I don’t consider this “liberty” held out by the right as something left to me by battlefields of ancestors, but rather as something available but not guaranteed which I must secure for myself at whatever cost and under whatever terms I can manage to secure it by. And there are plenty of impediments to my liberty left fully intact by those very ancestors, such as the absolutely enslaving income tax code which I have declined to capitulate to for nearly two decades, and at great personal cost. Whether the cost was ever worth the benefit, is my business to determine: THAT is freedom.
But I also don’t consider this “social justice” held out by another faction of delusional utopian fanatics as either any more my problem to solve or any attainment even possible to attain. The extent to which I practice justice by my own actions and decisions, for myself and for others, is the extent to which a just society is my row to hoe, and I will not row it one inch beyond that limit. That also, is freedom: to decide for myself, and not on the basis of slogans and moralistic pronouncements by opportunistic hypocrites, how much or how little “social justice” for all humanity I can find tolerable.

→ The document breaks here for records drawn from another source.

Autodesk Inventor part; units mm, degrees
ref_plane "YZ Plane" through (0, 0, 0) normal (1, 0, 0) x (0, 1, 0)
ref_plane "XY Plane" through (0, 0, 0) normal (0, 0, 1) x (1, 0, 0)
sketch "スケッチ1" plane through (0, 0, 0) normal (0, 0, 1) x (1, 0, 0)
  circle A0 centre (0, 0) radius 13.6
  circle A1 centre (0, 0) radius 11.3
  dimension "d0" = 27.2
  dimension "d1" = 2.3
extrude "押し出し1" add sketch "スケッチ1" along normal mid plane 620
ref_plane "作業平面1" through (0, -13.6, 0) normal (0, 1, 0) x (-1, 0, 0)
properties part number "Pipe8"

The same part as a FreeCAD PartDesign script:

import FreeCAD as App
import Part
import Sketcher
from FreeCAD import Vector

doc = App.newDocument("Part")
params = doc.addObject("Spreadsheet::Sheet", "Params")
for row, (alias, value) in enumerate([
    ("sketch1_diameter", "27.2 mm"),
    ("sketch1_diameter2", "22.6 mm"),
    ("pad1_length", "620 mm"),
], start=1):
    params.set(f"A{row}", alias)
    params.set(f"B{row}", "=" + value)
    params.setAlias(f"B{row}", alias)

body = doc.addObject("PartDesign::Body", "Body")

sketch1 = body.newObject("Sketcher::SketchObject", "Sketch")
sketch1.AttachmentSupport = (doc.getObject("XY_Plane"), [""])
sketch1.MapMode = "FlatFace"
sketch1.addGeometry(Part.Circle(Vector(0, 0, 0), Vector(0, 0, 1), 14), False)
sketch1.addGeometry(Part.Circle(Vector(0, 0, 0), Vector(0, 0, 1), 11), False)
sketch1.addConstraint(Sketcher.Constraint("Coincident", 0, 3, -1, 1))
sketch1.addConstraint(Sketcher.Constraint("Coincident", 1, 3, -1, 1))
sketch1.addConstraint(Sketcher.Constraint("Diameter", 0, 27.2))
sketch1.addConstraint(Sketcher.Constraint("Diameter", 1, 22.6))
sketch1.setExpression("Constraints[2]", "Params.sketch1_diameter")
sketch1.setExpression("Constraints[3]", "Params.sketch1_diameter2")
pad1 = body.newObject("PartDesign::Pad", "Pad")
pad1.Profile = sketch1
pad1.setExpression("Length", "Params.pad1_length")
pad1.Midplane = True

doc.recompute()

Looking at human life through this lens and seeing utopian idealism and its attendant vicious fanaticism rearing its head up from every cause of any nature which allows it to become a set of guidelines for interpersonal conduct, I have ultimately concluded that the ultimate cause of all, is the self. One may call this “selfish” or “self-centered”, and I’d say “guilty as charged.” In a universe which by all indications is an infinite one, the very laws of geometry postulate that one point designated as its center is as accurate a placement as any other. Where better to fight the fight and seek what is right, than from a center of the universe one actually has some say-so in? And just let the results stand for themselves.